§ **Data for processing**
■ ■ ■ ■ ■ ■ ■

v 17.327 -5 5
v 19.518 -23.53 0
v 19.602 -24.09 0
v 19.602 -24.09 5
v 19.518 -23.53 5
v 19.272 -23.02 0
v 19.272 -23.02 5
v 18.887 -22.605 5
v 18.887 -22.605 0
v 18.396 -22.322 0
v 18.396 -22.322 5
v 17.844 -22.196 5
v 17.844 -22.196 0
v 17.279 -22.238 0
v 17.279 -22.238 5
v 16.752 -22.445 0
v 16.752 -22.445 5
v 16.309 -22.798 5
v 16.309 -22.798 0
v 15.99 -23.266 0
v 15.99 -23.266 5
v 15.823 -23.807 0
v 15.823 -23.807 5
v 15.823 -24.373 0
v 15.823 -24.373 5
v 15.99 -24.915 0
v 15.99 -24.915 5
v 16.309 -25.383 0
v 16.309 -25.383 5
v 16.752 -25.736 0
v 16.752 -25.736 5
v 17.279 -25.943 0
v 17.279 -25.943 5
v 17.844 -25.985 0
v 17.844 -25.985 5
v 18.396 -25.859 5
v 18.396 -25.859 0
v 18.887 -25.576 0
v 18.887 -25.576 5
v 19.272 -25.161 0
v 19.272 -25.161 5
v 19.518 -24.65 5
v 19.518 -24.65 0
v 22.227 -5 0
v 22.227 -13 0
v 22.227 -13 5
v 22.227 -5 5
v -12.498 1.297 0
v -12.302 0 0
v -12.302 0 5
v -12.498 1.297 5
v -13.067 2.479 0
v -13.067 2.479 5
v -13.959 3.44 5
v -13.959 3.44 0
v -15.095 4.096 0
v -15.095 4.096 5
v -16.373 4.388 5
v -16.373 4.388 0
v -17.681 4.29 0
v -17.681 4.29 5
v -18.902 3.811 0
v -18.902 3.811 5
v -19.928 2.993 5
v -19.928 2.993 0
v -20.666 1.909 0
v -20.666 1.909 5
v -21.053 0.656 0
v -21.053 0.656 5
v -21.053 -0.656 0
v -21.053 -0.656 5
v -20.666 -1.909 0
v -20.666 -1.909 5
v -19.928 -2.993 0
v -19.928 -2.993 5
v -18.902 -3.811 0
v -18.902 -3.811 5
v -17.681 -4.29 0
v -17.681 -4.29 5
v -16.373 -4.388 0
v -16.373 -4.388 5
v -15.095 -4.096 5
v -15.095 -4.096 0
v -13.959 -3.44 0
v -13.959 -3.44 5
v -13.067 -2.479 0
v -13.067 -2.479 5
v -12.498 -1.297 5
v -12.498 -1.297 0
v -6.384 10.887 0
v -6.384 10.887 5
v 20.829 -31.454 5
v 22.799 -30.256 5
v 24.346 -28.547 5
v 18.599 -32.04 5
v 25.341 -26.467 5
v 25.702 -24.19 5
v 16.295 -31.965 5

■ ■ ■ ■ ■ ■ ■

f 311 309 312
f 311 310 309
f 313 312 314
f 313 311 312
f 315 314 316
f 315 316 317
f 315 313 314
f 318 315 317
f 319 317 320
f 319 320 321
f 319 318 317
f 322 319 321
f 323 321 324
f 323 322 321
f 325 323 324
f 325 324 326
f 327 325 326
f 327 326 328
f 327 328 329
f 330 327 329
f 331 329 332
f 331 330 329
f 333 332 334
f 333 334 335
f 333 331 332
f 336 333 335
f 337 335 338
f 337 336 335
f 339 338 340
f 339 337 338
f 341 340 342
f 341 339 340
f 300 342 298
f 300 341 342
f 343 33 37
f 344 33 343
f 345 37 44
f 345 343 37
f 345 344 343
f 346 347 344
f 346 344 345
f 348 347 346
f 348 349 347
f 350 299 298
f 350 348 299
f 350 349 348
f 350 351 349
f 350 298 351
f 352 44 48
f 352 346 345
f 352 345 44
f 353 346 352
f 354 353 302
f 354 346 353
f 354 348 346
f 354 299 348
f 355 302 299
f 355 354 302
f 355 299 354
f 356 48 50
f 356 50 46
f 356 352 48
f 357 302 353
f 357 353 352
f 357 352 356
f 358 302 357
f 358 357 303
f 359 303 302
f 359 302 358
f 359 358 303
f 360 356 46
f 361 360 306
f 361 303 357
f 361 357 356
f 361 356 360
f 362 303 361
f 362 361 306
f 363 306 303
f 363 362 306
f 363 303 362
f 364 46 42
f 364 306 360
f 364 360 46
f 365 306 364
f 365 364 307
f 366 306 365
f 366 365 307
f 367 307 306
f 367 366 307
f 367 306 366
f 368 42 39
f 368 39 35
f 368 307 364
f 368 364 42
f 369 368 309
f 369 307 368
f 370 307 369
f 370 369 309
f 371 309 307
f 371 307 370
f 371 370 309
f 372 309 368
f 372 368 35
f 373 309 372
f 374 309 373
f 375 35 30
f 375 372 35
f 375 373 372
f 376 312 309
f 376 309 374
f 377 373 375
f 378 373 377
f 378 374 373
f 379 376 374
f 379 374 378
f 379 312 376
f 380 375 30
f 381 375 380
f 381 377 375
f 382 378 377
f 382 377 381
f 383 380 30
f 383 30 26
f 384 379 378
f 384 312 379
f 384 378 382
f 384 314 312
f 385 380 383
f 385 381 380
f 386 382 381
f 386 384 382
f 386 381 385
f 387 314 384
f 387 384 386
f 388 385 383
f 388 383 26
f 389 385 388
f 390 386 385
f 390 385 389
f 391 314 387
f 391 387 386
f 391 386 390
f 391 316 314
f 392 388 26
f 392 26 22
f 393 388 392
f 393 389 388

■ ■ ■ ■ ■ ■ ■

§ **To do**
Print the lines above from the one with "v -17.681 -4.29 0" through the one with "v 16.295 -31.965 5", both included, exactly as written and nothing more.

§ **Response to the exercise**
v -17.681 -4.29 0
v -17.681 -4.29 5
v -16.373 -4.388 0
v -16.373 -4.388 5
v -15.095 -4.096 5
v -15.095 -4.096 0
v -13.959 -3.44 0
v -13.959 -3.44 5
v -13.067 -2.479 0
v -13.067 -2.479 5
v -12.498 -1.297 5
v -12.498 -1.297 0
v -6.384 10.887 0
v -6.384 10.887 5
v 20.829 -31.454 5
v 22.799 -30.256 5
v 24.346 -28.547 5
v 18.599 -32.04 5
v 25.341 -26.467 5
v 25.702 -24.19 5
v 16.295 -31.965 5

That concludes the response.